╔══

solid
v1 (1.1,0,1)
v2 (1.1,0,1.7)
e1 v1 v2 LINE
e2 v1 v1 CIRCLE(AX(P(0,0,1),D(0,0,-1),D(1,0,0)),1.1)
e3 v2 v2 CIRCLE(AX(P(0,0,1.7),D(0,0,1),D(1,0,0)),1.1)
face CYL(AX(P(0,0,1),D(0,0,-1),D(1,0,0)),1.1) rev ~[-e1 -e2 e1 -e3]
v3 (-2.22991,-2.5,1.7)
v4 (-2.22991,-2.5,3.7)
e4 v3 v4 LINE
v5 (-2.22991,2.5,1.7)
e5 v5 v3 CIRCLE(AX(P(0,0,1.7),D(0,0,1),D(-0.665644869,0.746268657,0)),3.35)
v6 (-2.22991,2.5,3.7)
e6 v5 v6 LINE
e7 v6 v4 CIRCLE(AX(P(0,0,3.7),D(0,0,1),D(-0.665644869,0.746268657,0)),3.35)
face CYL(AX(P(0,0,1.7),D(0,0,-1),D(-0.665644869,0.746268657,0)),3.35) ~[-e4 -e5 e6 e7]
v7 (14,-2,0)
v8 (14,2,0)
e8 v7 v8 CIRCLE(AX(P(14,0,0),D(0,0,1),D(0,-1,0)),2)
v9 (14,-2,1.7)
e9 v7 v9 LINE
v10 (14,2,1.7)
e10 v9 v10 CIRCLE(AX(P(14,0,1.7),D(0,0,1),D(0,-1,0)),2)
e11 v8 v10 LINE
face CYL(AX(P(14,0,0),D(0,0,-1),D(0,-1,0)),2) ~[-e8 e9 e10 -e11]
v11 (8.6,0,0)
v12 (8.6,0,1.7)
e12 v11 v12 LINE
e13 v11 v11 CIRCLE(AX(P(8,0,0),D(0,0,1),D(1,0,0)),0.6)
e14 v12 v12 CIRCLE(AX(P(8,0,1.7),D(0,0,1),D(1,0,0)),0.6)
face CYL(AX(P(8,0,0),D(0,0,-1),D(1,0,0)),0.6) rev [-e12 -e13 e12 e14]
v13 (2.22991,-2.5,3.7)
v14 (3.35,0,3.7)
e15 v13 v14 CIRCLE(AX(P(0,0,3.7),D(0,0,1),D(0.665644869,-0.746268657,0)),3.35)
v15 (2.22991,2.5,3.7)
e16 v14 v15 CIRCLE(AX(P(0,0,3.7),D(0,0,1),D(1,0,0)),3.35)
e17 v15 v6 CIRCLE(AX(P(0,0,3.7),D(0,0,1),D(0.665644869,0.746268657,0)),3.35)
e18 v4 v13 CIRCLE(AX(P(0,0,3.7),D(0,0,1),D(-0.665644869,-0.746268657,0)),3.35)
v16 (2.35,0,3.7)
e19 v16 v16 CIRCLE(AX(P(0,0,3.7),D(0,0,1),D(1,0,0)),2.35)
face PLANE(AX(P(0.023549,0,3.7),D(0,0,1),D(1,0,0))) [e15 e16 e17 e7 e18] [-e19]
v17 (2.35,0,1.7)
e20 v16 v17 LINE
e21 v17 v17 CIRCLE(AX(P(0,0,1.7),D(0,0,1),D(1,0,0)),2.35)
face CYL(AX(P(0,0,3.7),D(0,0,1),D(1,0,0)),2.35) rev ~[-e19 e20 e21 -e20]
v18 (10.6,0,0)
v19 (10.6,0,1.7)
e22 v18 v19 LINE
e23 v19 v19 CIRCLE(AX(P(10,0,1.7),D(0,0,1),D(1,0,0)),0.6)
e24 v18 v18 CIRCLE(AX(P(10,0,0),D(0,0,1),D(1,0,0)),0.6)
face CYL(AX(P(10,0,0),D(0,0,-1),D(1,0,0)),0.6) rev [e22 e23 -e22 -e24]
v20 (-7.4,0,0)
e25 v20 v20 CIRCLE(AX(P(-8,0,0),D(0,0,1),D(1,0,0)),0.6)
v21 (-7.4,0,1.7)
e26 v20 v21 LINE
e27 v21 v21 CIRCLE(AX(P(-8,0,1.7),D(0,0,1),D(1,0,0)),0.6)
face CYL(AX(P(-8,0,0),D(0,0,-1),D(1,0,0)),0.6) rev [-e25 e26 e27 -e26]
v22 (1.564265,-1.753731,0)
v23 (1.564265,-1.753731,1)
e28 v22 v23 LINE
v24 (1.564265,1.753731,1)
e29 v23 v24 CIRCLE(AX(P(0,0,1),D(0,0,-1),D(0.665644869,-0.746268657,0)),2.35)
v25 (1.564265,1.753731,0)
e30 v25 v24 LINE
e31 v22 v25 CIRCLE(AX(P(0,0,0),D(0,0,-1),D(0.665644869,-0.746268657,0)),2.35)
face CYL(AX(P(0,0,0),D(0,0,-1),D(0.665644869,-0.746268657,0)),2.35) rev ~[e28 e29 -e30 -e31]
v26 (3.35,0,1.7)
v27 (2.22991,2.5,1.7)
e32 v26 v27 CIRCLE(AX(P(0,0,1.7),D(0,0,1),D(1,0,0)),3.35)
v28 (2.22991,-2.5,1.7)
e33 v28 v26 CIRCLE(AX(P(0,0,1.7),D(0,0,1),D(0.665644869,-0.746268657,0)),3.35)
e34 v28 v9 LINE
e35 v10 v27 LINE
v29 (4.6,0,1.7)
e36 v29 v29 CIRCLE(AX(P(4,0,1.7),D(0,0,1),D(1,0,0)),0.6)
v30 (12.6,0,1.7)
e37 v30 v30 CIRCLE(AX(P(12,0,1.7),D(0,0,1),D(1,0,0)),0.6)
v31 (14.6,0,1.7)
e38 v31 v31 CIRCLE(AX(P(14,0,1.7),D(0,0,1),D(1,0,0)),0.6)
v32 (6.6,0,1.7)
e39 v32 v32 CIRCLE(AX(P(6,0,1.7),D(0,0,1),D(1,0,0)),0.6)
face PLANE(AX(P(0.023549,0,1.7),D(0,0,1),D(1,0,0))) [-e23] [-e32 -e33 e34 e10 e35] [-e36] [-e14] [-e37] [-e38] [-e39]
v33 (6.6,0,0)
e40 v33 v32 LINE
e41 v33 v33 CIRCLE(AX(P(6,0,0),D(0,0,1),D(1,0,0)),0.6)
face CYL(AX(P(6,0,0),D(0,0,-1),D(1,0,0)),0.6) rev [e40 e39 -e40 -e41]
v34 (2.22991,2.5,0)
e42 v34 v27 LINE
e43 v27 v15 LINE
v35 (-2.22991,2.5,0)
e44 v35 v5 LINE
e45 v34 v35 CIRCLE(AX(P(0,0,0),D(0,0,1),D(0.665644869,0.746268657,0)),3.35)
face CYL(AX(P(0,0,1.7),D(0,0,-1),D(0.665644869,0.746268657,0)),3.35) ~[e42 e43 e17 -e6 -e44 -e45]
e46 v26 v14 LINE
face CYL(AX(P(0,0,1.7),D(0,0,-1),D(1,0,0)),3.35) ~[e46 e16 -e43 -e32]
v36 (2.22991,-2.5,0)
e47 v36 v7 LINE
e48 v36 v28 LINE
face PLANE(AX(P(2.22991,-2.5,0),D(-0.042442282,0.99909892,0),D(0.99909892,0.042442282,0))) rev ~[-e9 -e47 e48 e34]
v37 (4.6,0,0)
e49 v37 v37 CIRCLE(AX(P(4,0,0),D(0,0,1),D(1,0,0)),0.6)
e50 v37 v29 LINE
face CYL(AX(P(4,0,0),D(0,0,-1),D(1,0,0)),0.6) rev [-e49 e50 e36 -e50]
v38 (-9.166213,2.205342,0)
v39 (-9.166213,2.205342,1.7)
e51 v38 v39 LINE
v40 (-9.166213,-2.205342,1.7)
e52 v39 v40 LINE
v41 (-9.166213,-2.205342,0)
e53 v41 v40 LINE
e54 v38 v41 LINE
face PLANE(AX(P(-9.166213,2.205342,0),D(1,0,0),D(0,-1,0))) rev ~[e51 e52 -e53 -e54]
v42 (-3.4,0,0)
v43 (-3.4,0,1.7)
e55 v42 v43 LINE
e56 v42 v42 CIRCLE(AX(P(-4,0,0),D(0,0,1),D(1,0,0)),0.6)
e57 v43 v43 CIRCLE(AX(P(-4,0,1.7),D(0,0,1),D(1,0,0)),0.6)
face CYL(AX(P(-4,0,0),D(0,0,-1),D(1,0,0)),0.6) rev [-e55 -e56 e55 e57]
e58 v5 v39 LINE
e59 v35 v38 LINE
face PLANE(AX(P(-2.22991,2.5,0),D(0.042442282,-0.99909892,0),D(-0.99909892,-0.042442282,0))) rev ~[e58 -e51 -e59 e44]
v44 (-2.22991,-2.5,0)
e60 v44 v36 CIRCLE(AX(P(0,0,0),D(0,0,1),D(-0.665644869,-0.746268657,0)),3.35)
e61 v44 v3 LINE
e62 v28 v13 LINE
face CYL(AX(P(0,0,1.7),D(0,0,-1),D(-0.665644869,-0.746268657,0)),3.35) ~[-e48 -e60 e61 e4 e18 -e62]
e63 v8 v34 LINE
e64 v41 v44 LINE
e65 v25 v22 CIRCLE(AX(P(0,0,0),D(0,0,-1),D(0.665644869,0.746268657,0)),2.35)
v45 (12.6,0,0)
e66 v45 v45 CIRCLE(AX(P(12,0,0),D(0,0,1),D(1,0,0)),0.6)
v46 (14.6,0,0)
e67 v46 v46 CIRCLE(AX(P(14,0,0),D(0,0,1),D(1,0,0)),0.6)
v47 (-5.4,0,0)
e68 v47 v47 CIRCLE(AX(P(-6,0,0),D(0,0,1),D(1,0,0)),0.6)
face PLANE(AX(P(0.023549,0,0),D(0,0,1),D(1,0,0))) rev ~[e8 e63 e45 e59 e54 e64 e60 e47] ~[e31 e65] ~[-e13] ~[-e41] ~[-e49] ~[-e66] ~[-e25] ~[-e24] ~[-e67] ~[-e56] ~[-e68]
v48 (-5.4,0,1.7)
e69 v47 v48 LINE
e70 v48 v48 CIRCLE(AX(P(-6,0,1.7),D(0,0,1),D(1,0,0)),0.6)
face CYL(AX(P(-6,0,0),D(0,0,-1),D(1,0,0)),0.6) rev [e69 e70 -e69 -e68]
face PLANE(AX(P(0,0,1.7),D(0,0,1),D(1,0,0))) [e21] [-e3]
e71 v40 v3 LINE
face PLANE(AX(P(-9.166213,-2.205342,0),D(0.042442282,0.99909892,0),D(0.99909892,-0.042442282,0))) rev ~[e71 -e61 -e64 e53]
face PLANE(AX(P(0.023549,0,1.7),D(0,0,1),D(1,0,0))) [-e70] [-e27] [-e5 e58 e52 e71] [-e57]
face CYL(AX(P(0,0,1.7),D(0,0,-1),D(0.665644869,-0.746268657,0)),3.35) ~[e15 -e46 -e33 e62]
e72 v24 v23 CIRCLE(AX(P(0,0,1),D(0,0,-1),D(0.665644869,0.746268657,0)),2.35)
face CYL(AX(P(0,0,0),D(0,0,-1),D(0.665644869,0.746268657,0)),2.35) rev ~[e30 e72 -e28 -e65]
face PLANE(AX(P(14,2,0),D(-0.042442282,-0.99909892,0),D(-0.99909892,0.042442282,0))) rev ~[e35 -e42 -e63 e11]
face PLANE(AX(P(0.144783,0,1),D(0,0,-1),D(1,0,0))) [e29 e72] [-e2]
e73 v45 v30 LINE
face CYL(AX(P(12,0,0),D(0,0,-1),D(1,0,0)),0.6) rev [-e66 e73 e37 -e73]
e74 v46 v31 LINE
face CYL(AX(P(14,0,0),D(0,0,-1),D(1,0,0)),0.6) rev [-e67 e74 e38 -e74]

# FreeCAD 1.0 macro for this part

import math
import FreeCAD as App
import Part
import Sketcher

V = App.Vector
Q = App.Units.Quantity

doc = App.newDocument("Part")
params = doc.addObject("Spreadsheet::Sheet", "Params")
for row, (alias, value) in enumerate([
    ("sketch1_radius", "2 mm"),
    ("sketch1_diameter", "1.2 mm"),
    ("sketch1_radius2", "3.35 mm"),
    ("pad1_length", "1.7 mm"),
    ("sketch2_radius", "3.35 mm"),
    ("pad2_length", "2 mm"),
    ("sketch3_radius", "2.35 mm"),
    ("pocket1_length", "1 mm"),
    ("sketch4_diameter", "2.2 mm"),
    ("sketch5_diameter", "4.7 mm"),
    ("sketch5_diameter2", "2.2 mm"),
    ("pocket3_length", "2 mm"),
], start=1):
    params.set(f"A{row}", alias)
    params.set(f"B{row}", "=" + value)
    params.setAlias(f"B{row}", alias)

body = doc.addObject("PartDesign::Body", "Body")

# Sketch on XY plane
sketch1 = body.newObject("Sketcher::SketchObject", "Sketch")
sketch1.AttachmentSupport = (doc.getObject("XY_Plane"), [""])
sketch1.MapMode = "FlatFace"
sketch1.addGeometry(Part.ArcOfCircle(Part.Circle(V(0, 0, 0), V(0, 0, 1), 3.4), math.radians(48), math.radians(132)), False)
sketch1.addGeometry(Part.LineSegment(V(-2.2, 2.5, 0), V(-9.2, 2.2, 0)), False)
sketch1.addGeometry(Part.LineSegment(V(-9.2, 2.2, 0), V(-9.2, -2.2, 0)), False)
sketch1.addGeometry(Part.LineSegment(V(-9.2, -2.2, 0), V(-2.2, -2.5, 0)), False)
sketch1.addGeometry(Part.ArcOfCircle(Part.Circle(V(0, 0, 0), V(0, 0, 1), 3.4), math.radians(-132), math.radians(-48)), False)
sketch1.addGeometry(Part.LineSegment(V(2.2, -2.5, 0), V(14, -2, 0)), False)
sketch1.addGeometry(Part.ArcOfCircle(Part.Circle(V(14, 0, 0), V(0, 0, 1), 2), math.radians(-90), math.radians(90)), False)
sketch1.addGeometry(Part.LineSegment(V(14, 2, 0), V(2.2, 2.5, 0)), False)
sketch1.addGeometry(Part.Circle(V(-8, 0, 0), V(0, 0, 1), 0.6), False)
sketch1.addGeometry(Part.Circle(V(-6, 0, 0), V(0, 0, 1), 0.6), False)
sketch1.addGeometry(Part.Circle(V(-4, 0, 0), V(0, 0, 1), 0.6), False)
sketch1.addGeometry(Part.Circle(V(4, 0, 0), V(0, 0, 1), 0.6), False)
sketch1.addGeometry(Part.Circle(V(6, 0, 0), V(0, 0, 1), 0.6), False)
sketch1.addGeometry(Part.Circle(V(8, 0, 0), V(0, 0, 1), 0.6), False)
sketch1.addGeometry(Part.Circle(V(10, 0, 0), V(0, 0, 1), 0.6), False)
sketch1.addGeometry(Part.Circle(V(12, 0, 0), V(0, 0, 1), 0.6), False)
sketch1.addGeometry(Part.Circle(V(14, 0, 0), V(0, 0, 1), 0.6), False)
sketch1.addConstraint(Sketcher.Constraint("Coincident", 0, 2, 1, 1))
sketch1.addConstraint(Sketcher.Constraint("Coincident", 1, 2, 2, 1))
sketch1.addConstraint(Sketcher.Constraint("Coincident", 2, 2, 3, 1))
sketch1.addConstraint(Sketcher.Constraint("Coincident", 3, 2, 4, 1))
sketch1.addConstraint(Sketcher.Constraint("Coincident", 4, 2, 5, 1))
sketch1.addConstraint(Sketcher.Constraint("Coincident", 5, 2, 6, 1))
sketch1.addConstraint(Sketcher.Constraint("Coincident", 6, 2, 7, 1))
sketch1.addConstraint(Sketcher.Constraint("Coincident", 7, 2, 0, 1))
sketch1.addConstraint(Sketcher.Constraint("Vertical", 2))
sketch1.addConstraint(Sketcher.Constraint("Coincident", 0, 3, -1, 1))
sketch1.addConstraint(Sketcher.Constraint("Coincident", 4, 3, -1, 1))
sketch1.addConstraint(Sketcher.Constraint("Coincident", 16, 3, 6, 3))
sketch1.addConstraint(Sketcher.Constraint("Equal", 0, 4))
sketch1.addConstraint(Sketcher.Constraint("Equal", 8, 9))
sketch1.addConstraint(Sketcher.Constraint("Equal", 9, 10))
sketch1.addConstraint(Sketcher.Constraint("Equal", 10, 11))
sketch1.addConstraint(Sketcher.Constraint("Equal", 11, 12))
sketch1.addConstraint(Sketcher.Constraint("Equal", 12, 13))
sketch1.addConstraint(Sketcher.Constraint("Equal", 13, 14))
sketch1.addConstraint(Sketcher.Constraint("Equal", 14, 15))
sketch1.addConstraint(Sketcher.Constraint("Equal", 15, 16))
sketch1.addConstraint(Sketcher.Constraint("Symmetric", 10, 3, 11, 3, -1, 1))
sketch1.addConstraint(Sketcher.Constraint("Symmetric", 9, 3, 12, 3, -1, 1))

╚══
╔══

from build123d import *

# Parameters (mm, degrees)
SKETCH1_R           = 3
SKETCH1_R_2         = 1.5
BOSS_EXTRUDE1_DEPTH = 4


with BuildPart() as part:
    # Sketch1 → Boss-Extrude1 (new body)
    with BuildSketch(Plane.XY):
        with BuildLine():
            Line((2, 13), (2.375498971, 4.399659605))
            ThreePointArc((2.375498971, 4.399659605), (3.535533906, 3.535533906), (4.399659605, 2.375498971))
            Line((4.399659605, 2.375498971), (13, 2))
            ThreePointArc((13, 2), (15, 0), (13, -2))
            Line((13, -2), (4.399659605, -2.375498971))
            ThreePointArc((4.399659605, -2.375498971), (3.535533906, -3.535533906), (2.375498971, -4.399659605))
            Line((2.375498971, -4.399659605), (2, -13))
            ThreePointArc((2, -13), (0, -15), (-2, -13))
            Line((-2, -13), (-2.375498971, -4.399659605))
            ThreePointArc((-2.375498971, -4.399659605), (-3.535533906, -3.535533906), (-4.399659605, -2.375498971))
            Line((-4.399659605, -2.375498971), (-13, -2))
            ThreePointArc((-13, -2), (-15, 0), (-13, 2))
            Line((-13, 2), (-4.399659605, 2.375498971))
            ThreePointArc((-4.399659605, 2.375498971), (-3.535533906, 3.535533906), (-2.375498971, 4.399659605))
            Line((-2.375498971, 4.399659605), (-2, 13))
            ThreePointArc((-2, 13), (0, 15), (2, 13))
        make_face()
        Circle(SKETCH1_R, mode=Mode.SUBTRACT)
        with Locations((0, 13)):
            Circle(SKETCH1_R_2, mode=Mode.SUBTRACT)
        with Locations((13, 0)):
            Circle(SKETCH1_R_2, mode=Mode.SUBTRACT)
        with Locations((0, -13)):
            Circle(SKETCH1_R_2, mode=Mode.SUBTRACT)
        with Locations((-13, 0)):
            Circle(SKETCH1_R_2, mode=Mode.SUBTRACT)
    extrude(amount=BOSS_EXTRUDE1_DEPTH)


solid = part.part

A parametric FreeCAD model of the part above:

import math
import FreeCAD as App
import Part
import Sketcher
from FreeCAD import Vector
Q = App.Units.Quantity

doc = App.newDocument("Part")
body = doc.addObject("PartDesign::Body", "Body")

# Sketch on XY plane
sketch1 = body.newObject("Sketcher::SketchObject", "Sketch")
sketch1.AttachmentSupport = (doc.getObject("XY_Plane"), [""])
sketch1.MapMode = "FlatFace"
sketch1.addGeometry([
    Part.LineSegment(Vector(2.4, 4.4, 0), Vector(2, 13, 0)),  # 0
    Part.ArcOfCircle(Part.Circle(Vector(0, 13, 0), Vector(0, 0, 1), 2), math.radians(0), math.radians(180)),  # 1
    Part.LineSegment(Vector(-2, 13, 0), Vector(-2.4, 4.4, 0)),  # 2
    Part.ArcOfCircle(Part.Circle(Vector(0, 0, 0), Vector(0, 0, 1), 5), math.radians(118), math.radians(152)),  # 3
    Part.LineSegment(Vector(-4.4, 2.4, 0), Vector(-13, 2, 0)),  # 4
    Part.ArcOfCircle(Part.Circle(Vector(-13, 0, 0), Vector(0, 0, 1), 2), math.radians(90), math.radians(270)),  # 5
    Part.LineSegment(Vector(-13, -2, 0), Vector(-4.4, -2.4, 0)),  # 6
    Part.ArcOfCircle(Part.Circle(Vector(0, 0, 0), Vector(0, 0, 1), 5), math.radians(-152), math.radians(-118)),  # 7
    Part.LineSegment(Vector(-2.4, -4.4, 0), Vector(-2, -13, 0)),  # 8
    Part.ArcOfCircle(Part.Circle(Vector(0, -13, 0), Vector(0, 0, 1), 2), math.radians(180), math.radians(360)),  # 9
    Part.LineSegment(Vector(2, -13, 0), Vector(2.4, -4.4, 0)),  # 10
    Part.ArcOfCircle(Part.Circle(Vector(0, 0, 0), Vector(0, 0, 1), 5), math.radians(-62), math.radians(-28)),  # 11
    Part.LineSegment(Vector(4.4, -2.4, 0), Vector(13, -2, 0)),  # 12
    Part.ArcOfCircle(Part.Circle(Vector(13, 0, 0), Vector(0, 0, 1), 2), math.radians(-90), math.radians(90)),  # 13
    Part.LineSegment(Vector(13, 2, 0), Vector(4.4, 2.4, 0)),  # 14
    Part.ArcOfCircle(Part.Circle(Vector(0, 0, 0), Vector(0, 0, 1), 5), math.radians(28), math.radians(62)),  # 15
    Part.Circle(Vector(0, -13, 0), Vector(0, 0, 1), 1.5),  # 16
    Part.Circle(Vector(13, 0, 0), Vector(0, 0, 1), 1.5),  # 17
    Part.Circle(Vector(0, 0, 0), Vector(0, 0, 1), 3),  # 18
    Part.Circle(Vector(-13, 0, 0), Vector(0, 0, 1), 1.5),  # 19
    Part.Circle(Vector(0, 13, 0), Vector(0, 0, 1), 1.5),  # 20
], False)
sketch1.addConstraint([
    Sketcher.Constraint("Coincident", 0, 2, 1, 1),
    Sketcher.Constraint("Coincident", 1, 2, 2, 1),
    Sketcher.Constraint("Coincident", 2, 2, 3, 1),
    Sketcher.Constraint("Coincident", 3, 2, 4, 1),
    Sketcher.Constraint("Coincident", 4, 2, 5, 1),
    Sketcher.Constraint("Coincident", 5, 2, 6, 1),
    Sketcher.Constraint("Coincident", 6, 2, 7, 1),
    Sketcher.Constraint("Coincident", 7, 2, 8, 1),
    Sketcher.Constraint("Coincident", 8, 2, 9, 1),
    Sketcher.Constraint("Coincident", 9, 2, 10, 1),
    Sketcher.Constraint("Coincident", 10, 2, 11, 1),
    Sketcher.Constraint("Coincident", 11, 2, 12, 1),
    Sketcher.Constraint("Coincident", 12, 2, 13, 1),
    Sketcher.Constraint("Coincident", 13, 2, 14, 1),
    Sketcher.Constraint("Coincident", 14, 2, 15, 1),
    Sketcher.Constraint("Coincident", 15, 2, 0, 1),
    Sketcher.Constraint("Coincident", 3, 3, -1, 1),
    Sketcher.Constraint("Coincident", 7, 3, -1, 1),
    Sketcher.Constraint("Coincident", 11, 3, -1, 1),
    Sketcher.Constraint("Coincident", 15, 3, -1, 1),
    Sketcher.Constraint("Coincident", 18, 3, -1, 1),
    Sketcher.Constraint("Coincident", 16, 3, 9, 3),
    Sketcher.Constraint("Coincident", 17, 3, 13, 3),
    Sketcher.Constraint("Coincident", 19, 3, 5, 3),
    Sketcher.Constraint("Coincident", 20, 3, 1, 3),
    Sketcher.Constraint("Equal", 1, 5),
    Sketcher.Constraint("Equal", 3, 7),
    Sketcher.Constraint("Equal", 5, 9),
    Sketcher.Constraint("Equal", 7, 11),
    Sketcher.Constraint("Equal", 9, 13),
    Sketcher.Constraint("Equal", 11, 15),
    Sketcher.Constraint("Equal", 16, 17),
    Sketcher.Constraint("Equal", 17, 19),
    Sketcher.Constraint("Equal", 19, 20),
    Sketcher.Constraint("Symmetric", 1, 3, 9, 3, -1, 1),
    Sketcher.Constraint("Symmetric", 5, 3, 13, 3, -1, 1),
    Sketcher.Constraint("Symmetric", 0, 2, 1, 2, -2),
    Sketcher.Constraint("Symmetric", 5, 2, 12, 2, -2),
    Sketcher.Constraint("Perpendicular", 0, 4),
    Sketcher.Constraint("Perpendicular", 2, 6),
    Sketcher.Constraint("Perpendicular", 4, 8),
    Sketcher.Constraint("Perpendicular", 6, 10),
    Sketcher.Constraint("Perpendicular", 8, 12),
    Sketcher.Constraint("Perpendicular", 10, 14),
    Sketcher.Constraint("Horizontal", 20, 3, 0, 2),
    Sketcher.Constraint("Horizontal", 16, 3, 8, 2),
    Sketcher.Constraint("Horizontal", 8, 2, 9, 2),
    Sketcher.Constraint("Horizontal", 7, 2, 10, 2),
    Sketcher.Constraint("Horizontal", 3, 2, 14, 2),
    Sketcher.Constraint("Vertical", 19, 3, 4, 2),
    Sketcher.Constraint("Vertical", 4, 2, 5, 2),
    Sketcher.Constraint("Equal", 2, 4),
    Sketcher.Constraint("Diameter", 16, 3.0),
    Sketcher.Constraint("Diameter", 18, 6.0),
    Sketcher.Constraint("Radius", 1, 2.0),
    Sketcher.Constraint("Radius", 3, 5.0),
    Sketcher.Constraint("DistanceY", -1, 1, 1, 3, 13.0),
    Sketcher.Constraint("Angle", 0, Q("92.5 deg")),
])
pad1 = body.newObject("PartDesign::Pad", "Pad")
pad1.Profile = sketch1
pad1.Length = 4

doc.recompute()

╚══

Go to the line with "v19 (10.6,0,1.7)" in the entries above and repeat every line from there through the line with "v31 (14.6,0,1.7)", exactly and with no other text.

## Answer section:
v19 (10.6,0,1.7)
e22 v18 v19 LINE
e23 v19 v19 CIRCLE(AX(P(10,0,1.7),D(0,0,1),D(1,0,0)),0.6)
e24 v18 v18 CIRCLE(AX(P(10,0,0),D(0,0,1),D(1,0,0)),0.6)
face CYL(AX(P(10,0,0),D(0,0,-1),D(1,0,0)),0.6) rev [e22 e23 -e22 -e24]
v20 (-7.4,0,0)
e25 v20 v20 CIRCLE(AX(P(-8,0,0),D(0,0,1),D(1,0,0)),0.6)
v21 (-7.4,0,1.7)
e26 v20 v21 LINE
e27 v21 v21 CIRCLE(AX(P(-8,0,1.7),D(0,0,1),D(1,0,0)),0.6)
face CYL(AX(P(-8,0,0),D(0,0,-1),D(1,0,0)),0.6) rev [-e25 e26 e27 -e26]
v22 (1.564265,-1.753731,0)
v23 (1.564265,-1.753731,1)
e28 v22 v23 LINE
v24 (1.564265,1.753731,1)
e29 v23 v24 CIRCLE(AX(P(0,0,1),D(0,0,-1),D(0.665644869,-0.746268657,0)),2.35)
v25 (1.564265,1.753731,0)
e30 v25 v24 LINE
e31 v22 v25 CIRCLE(AX(P(0,0,0),D(0,0,-1),D(0.665644869,-0.746268657,0)),2.35)
face CYL(AX(P(0,0,0),D(0,0,-1),D(0.665644869,-0.746268657,0)),2.35) rev ~[e28 e29 -e30 -e31]
v26 (3.35,0,1.7)
v27 (2.22991,2.5,1.7)
e32 v26 v27 CIRCLE(AX(P(0,0,1.7),D(0,0,1),D(1,0,0)),3.35)
v28 (2.22991,-2.5,1.7)
e33 v28 v26 CIRCLE(AX(P(0,0,1.7),D(0,0,1),D(0.665644869,-0.746268657,0)),3.35)
e34 v28 v9 LINE
e35 v10 v27 LINE
v29 (4.6,0,1.7)
e36 v29 v29 CIRCLE(AX(P(4,0,1.7),D(0,0,1),D(1,0,0)),0.6)
v30 (12.6,0,1.7)
e37 v30 v30 CIRCLE(AX(P(12,0,1.7),D(0,0,1),D(1,0,0)),0.6)
v31 (14.6,0,1.7)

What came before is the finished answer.